Pra finalizar, e voltando ao ponto de se considerar o português da maioria como o português oficial -- eu em momento nenhum defendi isso. Mas... e se fosse isso? E daí? Me incomoda a veemência da defesa do contrário (a reverência ao português da minoria, dos que têm o poder) que é feita por Macu e Out. Gente, vocês têm medo de pobre ou é o Edupa que é louco e tá vendo coisas?

Boa Páscoa!


----------



## Denis555

A solução do problema, ao meu ver, é simples, mudar a gramática. Uma gramática prescritiva baseada na gramática descritiva. 

E essa gramática descritiva não será baseada em como os portugueses falam, mas como os BRASILEIROS (a maioria dos lusófonos) falam. Onde não seria mais correto dizer “É-me difícil”, já que no Brasil, não se _fala_ assim.

Se os portugueses não ficarem contentes com isso. Imagino que seria assim. Então eles são livres para fazer uma própria gramática. Como os brasileiros são bonzinhos! Eles deixarão os portugueses fazer uma própria gramática que respeite o falar deles!

Quem não concordar com isso, me diga o porquê! Aposto que vocês já pensaram a esse momento: -Mas como é que pode uma coisa dessas?! Nada deve ser imposto a ninguém! Expressões do tipo, amo-te, mesmo sendo faladas por uma minoria de 1 para 18, devem continuar a serem corretas! Por que não?!

Pois quem pensa assim, pare para pensar um pouco não nessa situação imaginária mas na *realidade* dos 18 que falam “eu vi _ele_ ontem na rua”.

Antes d’eu ter que dizer que não tenho nada contra Portugal. Quero dizer que o mesmo vale para Portugal, se a maioria fala “eu vi ele”, então que essa maioria se levante contra a minoria do “eu vi-o”! Se a maioria fala "eu vi-o" então que se faça alguma coisa contra a opressão do "eu vi ele".
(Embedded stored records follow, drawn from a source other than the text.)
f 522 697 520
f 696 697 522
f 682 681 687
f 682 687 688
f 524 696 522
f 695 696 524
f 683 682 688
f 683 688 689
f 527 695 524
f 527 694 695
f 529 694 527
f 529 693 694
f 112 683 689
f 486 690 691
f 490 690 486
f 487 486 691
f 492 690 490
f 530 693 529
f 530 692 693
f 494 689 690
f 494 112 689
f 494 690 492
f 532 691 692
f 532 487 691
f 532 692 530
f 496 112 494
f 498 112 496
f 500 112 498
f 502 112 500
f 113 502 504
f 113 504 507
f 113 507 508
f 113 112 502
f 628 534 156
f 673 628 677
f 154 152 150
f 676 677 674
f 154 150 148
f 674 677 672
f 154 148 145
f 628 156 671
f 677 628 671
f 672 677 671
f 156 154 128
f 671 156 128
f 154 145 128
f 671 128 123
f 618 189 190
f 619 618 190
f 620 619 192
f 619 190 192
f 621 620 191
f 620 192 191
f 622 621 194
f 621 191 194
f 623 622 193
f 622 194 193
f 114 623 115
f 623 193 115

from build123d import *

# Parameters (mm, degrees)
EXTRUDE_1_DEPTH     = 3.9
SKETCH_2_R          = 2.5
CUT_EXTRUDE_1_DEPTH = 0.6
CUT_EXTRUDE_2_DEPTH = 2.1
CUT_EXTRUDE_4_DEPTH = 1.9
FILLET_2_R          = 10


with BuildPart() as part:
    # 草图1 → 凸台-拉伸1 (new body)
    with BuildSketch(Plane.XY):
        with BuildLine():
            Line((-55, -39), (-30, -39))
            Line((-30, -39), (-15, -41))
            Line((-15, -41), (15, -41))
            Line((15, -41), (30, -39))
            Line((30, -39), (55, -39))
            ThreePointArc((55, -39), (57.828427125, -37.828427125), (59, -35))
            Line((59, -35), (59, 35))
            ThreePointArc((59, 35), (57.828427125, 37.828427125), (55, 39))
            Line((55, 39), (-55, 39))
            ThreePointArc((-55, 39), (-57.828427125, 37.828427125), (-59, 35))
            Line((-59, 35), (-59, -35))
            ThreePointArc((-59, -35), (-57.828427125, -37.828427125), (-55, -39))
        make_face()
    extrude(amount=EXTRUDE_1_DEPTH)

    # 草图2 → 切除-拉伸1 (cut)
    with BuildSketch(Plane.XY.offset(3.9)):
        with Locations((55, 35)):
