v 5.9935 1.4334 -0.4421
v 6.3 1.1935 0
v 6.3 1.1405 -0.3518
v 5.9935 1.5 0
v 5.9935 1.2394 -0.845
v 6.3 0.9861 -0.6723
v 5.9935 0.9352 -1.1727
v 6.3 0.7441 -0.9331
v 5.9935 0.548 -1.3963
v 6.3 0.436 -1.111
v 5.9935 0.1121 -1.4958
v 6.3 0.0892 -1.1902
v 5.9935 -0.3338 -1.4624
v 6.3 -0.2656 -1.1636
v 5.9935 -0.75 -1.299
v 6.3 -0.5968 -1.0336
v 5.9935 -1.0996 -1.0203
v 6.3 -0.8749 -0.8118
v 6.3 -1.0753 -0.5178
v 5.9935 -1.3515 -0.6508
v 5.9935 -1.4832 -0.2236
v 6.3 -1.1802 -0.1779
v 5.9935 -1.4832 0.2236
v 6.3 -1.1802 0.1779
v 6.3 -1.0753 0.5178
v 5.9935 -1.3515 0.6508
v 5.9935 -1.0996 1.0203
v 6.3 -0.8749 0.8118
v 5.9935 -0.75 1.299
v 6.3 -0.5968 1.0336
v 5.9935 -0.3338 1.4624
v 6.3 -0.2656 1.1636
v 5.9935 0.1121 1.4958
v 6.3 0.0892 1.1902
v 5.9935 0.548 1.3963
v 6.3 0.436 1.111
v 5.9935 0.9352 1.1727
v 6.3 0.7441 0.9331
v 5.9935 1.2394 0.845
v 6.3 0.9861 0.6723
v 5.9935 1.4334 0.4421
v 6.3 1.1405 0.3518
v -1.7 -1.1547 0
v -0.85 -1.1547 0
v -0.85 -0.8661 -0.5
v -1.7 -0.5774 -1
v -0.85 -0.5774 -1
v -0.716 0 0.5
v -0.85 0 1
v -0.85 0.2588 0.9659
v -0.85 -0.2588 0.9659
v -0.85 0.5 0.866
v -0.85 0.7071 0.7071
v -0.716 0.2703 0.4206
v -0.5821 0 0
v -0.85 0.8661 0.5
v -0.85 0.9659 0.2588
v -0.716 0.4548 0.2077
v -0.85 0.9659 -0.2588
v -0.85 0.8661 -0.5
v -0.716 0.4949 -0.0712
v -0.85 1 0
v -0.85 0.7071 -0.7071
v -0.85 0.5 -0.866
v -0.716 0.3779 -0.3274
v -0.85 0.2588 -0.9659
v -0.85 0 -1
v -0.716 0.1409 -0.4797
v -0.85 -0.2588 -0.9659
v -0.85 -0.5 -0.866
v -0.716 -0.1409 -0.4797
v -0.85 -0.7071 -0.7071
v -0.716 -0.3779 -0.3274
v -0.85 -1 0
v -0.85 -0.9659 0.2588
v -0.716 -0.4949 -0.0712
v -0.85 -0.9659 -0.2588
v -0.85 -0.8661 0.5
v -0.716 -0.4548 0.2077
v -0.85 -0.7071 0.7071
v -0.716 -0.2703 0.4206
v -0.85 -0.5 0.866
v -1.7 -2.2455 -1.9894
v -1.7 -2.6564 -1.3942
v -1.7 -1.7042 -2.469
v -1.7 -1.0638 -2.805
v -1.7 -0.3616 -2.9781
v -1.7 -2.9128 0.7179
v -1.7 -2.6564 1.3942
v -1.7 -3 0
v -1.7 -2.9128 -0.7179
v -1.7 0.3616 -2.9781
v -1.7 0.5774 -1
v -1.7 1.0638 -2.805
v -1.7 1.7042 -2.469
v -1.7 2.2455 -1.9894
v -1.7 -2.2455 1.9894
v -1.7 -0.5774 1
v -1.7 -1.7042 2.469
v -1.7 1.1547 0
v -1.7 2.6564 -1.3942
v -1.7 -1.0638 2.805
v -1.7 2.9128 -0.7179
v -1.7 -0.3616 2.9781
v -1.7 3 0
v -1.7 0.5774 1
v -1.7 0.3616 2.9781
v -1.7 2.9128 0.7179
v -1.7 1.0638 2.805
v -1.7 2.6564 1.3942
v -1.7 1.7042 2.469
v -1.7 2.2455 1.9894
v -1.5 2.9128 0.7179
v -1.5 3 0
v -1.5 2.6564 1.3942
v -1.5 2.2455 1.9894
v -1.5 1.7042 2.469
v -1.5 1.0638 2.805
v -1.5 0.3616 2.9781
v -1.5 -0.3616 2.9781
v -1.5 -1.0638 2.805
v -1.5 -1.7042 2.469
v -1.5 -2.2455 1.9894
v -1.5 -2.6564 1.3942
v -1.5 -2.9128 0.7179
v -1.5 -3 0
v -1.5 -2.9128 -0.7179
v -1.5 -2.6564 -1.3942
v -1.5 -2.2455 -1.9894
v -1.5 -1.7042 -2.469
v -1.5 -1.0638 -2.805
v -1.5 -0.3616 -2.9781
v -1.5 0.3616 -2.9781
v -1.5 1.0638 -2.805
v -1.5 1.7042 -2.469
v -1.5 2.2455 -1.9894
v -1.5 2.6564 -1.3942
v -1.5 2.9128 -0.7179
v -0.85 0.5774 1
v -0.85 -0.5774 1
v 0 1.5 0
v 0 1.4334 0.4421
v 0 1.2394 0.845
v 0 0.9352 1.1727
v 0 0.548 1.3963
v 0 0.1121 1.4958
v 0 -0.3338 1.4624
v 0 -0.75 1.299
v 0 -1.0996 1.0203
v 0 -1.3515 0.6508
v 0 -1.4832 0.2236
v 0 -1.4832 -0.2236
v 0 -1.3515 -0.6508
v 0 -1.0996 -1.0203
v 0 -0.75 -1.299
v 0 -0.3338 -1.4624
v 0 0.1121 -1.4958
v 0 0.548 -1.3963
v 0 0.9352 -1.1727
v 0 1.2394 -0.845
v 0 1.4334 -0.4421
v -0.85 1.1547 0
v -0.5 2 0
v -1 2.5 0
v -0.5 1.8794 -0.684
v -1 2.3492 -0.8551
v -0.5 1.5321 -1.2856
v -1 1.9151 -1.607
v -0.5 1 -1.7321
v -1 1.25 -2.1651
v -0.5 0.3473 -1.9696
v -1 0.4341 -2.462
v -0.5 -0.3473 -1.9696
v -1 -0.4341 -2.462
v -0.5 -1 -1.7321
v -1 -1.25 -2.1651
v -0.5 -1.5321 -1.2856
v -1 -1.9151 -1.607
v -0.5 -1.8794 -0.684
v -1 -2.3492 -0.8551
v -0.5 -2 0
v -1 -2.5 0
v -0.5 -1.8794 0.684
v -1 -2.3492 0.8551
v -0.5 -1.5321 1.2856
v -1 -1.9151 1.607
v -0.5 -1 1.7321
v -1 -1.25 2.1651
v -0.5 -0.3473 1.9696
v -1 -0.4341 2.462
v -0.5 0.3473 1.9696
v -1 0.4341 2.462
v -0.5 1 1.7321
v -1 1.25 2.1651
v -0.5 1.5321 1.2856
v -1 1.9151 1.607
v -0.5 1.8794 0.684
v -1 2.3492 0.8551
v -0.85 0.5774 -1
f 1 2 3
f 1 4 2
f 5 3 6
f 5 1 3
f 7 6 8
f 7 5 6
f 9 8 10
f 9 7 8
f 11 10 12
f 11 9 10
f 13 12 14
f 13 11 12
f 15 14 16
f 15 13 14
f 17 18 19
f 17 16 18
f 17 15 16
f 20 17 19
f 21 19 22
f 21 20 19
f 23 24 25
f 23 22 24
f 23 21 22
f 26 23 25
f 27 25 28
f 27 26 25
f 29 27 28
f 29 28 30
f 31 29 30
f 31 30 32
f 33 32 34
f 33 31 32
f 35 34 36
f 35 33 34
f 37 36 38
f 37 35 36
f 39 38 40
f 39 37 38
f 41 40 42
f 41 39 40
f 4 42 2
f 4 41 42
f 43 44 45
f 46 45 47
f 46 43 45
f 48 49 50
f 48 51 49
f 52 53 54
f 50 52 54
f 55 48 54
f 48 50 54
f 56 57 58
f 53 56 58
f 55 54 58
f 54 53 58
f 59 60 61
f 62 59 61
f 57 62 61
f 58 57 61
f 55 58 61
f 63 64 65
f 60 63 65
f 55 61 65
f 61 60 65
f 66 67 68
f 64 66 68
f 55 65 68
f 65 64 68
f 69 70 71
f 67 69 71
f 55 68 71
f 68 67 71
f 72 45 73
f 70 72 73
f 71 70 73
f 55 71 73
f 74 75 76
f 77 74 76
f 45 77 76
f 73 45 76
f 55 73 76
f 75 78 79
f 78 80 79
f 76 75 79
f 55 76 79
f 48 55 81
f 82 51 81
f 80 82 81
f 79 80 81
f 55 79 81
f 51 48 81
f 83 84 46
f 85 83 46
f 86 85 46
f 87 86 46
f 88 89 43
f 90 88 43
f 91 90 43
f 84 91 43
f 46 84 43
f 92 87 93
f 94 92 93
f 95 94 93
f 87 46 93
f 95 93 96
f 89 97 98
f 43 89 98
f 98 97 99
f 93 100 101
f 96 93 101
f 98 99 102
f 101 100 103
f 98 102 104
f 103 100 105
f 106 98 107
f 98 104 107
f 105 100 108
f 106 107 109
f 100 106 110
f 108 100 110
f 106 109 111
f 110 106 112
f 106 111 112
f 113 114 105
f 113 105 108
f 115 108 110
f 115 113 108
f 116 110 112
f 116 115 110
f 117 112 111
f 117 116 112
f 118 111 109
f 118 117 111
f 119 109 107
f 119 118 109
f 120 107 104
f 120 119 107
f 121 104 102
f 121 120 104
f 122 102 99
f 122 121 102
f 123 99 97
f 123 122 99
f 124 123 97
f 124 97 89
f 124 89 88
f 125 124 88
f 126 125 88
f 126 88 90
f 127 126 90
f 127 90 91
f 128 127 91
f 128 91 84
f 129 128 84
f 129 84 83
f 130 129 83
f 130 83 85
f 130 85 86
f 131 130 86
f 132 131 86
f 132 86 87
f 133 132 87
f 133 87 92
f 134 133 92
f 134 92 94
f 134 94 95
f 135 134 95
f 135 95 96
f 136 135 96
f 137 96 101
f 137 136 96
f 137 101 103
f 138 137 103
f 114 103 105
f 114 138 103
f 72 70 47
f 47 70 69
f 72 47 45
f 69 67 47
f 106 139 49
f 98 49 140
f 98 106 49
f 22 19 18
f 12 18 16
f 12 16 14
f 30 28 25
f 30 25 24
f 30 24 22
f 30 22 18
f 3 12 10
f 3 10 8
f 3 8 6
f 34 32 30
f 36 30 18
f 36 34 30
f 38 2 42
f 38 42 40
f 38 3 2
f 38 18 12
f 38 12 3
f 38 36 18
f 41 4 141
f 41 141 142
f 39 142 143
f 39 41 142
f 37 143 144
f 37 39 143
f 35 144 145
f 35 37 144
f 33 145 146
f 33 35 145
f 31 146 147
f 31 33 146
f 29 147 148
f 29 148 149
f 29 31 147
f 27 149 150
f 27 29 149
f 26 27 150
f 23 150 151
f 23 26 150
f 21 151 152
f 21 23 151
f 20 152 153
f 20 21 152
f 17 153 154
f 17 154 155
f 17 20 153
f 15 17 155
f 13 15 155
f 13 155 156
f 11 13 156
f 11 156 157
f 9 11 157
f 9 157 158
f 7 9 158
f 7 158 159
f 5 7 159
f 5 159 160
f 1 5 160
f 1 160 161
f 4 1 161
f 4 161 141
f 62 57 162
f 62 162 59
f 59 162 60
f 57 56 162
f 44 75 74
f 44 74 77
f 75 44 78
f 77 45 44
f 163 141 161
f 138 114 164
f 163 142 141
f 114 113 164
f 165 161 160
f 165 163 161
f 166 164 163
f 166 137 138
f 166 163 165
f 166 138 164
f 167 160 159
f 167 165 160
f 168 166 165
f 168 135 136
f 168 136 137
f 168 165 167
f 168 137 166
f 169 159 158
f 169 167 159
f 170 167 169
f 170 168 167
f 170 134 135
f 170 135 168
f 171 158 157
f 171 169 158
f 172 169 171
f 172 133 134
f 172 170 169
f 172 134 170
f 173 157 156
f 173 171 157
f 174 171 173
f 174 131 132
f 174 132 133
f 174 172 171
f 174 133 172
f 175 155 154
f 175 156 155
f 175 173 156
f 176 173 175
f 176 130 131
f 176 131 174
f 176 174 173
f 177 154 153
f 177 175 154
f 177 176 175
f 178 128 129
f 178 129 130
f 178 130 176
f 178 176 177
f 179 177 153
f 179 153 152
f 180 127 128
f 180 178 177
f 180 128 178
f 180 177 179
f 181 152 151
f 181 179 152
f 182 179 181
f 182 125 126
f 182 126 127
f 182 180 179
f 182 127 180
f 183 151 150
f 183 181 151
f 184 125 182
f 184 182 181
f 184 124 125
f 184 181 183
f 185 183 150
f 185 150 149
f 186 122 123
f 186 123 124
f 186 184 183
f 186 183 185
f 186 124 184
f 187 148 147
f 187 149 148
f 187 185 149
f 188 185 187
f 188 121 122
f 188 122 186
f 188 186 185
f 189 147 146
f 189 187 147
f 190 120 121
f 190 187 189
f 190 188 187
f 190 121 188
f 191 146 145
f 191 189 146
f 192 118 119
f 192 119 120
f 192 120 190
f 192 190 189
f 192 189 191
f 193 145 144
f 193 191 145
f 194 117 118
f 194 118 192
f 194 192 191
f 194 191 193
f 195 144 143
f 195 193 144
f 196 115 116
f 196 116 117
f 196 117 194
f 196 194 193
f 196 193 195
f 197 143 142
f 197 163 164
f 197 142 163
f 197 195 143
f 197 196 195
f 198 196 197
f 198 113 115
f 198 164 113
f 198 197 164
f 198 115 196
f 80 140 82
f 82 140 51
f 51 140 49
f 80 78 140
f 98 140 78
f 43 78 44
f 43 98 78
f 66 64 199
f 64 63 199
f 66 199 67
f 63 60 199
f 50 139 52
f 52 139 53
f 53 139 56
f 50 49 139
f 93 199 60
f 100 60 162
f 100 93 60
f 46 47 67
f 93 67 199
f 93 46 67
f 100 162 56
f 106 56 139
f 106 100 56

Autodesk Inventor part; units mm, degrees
sketch "Sketch_1" plane through (0, 0, 0) normal (0, 0, 1) x (1, 0, 0)
  line L0 (6.3, 0) -> (0, 0)
  line L1 (-1.7, 0) -> (-1.7, 3)
  line L2 (-1.7, 3) -> (-1.5, 3)
  line L3 (-1.5, 3) -> (0, 1.5)
  line L4 (0, 1.5) -> (5.9935, 1.5)
  line L5 (5.9935, 1.5) -> (6.3, 1.1935)
  line L6 (6.3, 1.1935) -> (6.3, 0)
  line L7 (6.3, 0) -> (-1.7, 0)
revolve "Revolution1" add sketch "Sketch_1" angle 360 about axis through (6.3, 0, 0) along (1, 0, 0)
thread "Thread1" size "M3x0.5" class "6g" standard "ISO Metric profile" length 5.4935
sketch "Sketch2" plane through (-1.7, 0, 0) normal (-1, 0, 0) x (0, 0, 1)
  point P0 (0, 0)
hole "Hole1" at (-1.7, 0, 0) direction (1, 0, 0) diameter 2 depth 0.85 tip angle 150
sketch "Sketch_3" plane through (-1.7, 0, 0) normal (1, 0, 0) x (0, 0, -1)
  line L0 (-1, -0.5774) -> (0, -1.1547)
  line L1 (0, -1.1547) -> (1, -0.5774)
  line L2 (1, -0.5774) -> (1, 0.5774)
  line L3 (1, 0.5774) -> (0, 1.1547)
  line L4 (0, 1.1547) -> (-1, 0.5774)
  line L5 (-1, 0.5774) -> (-1, -0.5774)
extrude "Extrusion1" cut sketch "Sketch_3" along normal blind 0.85
ref_plane "bolt_to_nut_XY" through (6.3, 0, 0) normal (1, 0, 0) x (0, 0, -1)
ref_plane "bolt_to_nut_YZ" through (6.3, 0, 0) normal (0, 0, -1) x (0, 1, 0)
ref_plane "bolt_to_nut_ZX" through (6.3, 0, 0) normal (0, 1, 0) x (1, 0, 0)
ref_plane "dummy_to_bolt_XY" through (0, 0, 0) normal (1, 0, 0) x (0, 0, -1)
ref_plane "dummy_to_bolt_YZ" through (0, 0, 0) normal (0, 0, -1) x (0, 1, 0)
ref_plane "dummy_to_bolt_ZX" through (0, 0, 0) normal (0, 1, 0) x (1, 0, 0)
properties part number "HFBCM3-8"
Ou seja, o que importa é a _*democracia*_ dos dois lados do Atlântico!


----------



## Joca

Denis555 said:


> A solução do problema, ao meu ver, é simples, mudar a gramática. Uma gramática prescritiva baseada na gramática descritiva.
> 
> E essa gramática descritiva não será baseada em como os portugueses falam, mas como os BRASILEIROS (a maioria dos lusófonos) falam. Onde não seria mais correto dizer “É-me difícil”, já que no Brasil, não se _fala_ assim.
> 
> Se os portugueses não ficarem contentes com isso. Imagino que seria assim. Então eles são livres para fazer uma própria gramática. Como os brasileiros são bonzinhos! Eles deixarão os portugueses fazer uma própria gramática que respeite o falar deles!
> 
> Quem não concordar com isso, me diga o porquê! Aposto que vocês já pensaram a esse momento: -Mas como é que pode uma coisa dessas?! Nada deve ser imposto a ninguém! Expressões do tipo, amo-te, mesmo sendo faladas por uma minoria de 1 para 18, devem continuar a serem corretas! Por que não?!
> 
> Pois quem pensa assim, pare para pensar um pouco não nessa situação imaginária mas na *realidade* dos 18 que falam “eu vi _ele_ ontem na rua”.
> 
> Antes d’eu ter que dizer que não tenho nada contra Portugal. Quero dizer que o mesmo vale para Portugal, se a maioria fala “eu vi ele”, então que essa maioria se levante contra a minoria do “eu vi-o”! Se a maioria fala "eu vi-o" então que se faça alguma coisa contra a opressão do "eu vi ele".
> 
> Ou seja, o que importa é a _*democracia*_ dos dois lados do Atlântico!


 
.................................................................................................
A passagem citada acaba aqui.